GDPR (General Data Protection Regulation)
From 25th May 2018 Data protection regulations have changed. This page will show how The Windmills Junior School use and store your data. It will also give you information about how to access and change the data we hold on you or your child and what consent you will be asked to give.
As part of the regulation the school has appointed a Data Protection Officer. Any enquiries about data should go to the Data Protection Officer via e-mail: firstname.lastname@example.org or by calling 01273 842421.
Windmills Junior School is registered with the ICO. Registration reference Z6719739
POLICIES / PRIVACY NOTICES
The Windmills Data Protection Policy
The Windmills Privacy Notice Pupils
The Windmills Privacy Notice for Recruitment and Volunteers
The Windmills Freedom of Information Policy
The Windmills Publication Scheme
IDENTIFYING OUR LAWFUL BASIS FOR PROCESSING DATA
We use public task as your lawful basis for most of your processing. This means that we need to process personal data to carry out your official functions in the public interest.

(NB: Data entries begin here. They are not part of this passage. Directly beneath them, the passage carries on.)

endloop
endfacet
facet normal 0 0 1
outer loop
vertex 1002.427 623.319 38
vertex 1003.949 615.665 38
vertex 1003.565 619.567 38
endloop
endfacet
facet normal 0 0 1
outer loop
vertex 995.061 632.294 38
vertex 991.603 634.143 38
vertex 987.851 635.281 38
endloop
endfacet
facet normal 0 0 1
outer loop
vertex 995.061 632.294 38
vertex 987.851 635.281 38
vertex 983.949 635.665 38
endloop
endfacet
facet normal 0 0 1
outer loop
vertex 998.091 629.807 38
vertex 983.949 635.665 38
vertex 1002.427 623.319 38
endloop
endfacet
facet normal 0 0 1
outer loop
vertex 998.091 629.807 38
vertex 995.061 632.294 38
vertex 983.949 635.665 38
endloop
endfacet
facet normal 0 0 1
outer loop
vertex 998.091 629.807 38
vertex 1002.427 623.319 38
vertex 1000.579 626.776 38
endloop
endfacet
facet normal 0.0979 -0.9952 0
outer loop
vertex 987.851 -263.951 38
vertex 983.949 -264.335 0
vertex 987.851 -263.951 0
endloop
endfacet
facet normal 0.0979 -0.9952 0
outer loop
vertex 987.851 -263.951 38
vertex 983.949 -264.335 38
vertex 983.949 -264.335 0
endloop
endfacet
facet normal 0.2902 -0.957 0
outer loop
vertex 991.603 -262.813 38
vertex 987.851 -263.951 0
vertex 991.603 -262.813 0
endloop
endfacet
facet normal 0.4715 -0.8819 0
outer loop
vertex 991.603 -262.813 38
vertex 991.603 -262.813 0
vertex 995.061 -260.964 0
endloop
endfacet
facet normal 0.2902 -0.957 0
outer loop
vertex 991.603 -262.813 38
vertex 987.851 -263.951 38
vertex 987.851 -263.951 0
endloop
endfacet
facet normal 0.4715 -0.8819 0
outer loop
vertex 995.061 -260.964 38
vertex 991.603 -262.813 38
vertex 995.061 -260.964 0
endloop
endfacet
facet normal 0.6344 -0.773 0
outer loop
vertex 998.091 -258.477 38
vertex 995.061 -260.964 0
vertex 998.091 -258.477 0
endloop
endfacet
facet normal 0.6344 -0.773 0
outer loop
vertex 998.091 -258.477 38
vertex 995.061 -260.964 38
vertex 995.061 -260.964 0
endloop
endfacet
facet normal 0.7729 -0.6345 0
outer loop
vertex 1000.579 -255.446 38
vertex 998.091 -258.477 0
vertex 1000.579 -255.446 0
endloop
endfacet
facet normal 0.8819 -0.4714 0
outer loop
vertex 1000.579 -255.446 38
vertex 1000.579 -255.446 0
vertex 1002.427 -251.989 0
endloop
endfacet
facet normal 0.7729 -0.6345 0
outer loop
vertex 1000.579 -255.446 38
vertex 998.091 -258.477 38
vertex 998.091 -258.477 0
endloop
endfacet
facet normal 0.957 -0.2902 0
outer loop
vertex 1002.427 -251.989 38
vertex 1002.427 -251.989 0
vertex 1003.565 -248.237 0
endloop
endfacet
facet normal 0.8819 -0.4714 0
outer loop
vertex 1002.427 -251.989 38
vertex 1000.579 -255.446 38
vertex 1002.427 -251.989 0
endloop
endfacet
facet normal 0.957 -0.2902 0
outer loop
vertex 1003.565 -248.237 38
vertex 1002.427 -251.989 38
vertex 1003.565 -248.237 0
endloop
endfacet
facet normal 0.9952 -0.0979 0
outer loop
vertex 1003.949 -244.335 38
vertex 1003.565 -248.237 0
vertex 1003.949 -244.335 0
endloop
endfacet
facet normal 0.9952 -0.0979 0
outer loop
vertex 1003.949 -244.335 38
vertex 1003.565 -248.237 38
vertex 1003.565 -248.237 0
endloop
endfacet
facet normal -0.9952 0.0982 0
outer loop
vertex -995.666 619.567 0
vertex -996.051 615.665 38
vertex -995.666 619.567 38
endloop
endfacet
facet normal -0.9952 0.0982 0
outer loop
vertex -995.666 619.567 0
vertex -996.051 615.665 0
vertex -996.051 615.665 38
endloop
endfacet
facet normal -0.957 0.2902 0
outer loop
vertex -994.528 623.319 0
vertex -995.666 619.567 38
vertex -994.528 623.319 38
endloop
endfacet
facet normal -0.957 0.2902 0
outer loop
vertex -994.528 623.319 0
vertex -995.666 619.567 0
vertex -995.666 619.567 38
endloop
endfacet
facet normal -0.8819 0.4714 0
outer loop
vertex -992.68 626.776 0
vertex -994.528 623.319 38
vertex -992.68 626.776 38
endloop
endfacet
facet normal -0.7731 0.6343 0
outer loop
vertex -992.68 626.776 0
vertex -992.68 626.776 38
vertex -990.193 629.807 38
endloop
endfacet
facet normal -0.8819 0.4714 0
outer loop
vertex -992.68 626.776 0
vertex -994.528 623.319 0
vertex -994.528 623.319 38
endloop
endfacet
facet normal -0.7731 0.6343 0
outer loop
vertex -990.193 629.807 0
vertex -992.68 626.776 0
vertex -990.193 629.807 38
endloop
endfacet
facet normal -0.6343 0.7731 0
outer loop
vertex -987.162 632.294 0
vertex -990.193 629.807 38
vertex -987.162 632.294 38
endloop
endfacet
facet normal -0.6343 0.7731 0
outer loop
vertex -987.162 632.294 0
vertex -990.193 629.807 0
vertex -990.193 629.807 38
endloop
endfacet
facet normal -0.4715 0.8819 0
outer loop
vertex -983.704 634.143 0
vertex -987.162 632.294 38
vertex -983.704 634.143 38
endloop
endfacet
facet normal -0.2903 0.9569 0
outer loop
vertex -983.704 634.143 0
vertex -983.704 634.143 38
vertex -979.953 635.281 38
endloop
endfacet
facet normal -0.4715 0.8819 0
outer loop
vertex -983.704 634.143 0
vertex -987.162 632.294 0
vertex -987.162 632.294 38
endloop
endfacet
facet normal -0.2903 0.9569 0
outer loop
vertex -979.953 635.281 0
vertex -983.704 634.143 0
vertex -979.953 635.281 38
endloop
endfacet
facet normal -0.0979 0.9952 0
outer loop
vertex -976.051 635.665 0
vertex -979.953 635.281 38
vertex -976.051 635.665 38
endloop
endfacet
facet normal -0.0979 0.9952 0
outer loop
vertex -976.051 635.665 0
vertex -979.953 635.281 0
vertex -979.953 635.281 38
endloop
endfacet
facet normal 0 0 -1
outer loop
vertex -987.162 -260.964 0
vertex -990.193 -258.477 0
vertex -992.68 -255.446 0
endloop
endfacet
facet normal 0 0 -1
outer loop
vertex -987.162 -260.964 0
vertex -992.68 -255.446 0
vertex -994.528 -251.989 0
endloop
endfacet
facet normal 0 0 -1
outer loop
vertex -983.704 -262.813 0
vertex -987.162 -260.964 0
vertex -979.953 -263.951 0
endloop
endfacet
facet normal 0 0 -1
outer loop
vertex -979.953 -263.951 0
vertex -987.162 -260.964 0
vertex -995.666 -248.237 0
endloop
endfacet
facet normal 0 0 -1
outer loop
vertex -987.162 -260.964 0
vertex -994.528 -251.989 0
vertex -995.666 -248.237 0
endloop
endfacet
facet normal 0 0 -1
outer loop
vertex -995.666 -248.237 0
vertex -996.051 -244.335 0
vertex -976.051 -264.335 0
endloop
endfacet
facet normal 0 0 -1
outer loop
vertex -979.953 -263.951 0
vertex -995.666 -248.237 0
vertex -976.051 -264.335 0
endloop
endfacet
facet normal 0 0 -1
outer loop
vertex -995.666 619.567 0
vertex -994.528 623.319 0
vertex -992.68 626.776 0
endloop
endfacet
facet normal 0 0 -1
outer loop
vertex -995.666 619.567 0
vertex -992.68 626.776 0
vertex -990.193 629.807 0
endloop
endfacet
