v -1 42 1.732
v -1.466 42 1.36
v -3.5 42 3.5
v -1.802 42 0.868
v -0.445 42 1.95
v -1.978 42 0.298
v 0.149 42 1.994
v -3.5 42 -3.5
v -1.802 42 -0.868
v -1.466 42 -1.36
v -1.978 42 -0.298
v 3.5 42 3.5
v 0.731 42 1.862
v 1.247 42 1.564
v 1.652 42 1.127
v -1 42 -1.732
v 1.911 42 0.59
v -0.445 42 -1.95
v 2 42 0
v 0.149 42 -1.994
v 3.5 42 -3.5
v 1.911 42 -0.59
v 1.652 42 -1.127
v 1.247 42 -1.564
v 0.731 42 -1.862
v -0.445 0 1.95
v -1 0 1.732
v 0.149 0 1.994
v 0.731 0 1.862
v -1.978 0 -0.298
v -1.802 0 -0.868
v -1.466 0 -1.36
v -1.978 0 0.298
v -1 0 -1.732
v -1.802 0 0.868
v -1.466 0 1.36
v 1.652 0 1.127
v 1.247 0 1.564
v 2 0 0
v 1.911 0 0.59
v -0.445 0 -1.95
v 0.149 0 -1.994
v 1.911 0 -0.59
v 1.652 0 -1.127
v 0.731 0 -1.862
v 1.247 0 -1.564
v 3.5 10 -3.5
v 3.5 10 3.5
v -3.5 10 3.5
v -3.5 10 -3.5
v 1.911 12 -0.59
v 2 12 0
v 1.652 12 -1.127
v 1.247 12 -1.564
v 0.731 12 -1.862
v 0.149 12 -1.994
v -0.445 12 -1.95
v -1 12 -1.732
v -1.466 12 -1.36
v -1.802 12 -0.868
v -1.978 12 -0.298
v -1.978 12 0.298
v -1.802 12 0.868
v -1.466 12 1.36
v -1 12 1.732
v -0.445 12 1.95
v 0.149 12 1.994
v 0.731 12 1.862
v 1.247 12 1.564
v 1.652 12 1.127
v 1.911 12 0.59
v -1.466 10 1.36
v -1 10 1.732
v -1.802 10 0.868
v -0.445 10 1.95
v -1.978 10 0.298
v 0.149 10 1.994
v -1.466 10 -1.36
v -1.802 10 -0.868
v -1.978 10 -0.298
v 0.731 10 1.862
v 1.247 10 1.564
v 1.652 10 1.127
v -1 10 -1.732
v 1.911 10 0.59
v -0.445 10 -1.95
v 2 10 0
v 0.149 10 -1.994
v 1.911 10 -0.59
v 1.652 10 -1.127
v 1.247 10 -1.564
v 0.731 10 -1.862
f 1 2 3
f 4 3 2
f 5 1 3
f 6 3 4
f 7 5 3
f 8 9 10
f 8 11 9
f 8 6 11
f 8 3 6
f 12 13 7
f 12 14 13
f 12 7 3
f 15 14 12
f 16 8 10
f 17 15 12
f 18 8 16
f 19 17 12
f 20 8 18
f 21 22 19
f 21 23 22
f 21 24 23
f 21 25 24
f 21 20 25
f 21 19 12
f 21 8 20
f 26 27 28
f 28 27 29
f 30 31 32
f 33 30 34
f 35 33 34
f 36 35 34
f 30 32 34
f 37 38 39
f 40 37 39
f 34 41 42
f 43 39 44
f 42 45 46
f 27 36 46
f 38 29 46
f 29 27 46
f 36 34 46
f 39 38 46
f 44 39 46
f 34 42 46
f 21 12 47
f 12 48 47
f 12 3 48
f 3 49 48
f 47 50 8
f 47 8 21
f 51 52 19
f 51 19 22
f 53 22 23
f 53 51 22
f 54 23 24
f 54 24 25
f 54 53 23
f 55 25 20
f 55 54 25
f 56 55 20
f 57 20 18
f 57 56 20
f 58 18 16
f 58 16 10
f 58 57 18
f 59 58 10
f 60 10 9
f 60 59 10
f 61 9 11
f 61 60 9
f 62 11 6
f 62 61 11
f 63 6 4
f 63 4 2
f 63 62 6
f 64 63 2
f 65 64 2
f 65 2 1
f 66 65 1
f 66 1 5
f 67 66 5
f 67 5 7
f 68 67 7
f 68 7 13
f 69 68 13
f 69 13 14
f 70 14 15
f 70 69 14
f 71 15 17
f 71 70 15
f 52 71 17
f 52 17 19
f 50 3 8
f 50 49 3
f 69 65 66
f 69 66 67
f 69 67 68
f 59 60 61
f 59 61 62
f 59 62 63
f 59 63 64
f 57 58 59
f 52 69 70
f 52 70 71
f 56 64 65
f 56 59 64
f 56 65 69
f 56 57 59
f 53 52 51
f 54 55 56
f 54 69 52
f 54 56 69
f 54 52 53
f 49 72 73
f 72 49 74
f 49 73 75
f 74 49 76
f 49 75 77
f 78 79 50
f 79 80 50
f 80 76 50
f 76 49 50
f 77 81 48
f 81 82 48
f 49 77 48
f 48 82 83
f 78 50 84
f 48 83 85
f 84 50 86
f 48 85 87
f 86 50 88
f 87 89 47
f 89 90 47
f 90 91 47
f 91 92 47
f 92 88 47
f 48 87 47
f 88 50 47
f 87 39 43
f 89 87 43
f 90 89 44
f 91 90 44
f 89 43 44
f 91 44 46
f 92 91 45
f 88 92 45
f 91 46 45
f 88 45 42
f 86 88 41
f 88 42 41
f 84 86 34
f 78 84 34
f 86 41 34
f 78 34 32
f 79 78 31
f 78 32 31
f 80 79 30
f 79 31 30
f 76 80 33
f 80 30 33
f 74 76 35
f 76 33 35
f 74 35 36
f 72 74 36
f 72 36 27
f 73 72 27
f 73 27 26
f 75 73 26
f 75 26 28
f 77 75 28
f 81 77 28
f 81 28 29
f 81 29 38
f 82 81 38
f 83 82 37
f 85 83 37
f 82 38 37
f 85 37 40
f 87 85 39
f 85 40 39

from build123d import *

# Parameters (mm, degrees)
SKETCH1_R           = 2
BOSS_EXTRUDE1_DEPTH = 10
BOSS_EXTRUDE2_START = 10
SKETCH1_3_W         = 7
SKETCH1_3_H         = 7
BOSS_EXTRUDE2_DEPTH = 2
BOSS_EXTRUDE3_START = 12
SKETCH1_4_W         = 7
SKETCH1_4_H         = 7
SKETCH1_4_R         = 2
BOSS_EXTRUDE3_DEPTH = 30


with BuildPart() as part:
    # Sketch1 → Boss-Extrude1 (new body)
    with BuildSketch(Plane(origin=(0, 0, 0), x_dir=(1, 0, 0), z_dir=(0, 1, 0))):
        Circle(SKETCH1_R)
    extrude(amount=BOSS_EXTRUDE1_DEPTH)

    # Sketch1<3> → Boss-Extrude2 (add)
    with BuildSketch(Plane(origin=(0, 0, 0), x_dir=(1, 0, 0), z_dir=(0, 1, 0)).offset(BOSS_EXTRUDE2_START)):
        Rectangle(SKETCH1_3_W, SKETCH1_3_H)
    extrude(amount=BOSS_EXTRUDE2_DEPTH)

    # Sketch1<4> → Boss-Extrude3 (add)
    with BuildSketch(Plane(origin=(0, 0, 0), x_dir=(1, 0, 0), z_dir=(0, 1, 0)).offset(BOSS_EXTRUDE3_START)):
        Rectangle(SKETCH1_4_W, SKETCH1_4_H)
        Circle(SKETCH1_4_R, mode=Mode.SUBTRACT)
    extrude(amount=BOSS_EXTRUDE3_DEPTH)


solid = part.part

We also use consent for processing data where it's not necessary for you to fulfill your function. This is used when none of the other bases apply, as the standard for getting consent is very high and consent can be withdrawn at any time.
SIX PRINCIPLES OF DATA PROTECTION
There were 8 principles under the DPA and now there are 6. Essentially the same but condensed. Article 5 of the GDPR states that personal data must be:
- Processed fairly, lawfully and in a transparent manner in relation to the data subject.
- Collected for specified, explicit and legitimate purposes and not further processed for other purposes incompatible with those purposes.
- Adequate, relevant and limited to what is necessary in relation to the purposes for which data is processed.
- Accurate and, where necessary, kept up to date.
- Kept in a form that permits identification of data subjects for no longer than is necessary for the purposes for which the personal data is processed.
- Processed in a way that ensures appropriate security of the personal data including protection against unauthorised or unlawful processing and against accidental loss, destruction or damage, using appropriate technical or organisational measures.
Individuals have the following rights:
- be informed of data processing (which is covered by the School’s Privacy Notice)
- access information (also known as a Subject Access Request)
- have inaccuracies corrected
- have information erased
- restrict processing
- data portability (this is unlikely to ever be relevant to schools)
- intervention in respect of automated decision making (automated decision making is rarely operated within schools)
- Withdraw consent
- Complain to the Information Commissioner’s Office
The Windmills Parental Rights Procedure
The Windmills Rectification and Erasure Procedure
HOW WE DEAL WITH RECORDS
Please refer to our policy:
The Windmills Records Management Policy
The school have a procedure to deal with any breach in data security. Any breach will be reported to and dealt with by the DPO. The breach will be recorded, investigated and steps taken to lessen any impact. The DPO will decide if the breach is significant enough to report to the ICO. This must be done within 72 hours of the data breach. The DPO will evaluate the breach, risk assess and put in any changes to data security or process as required.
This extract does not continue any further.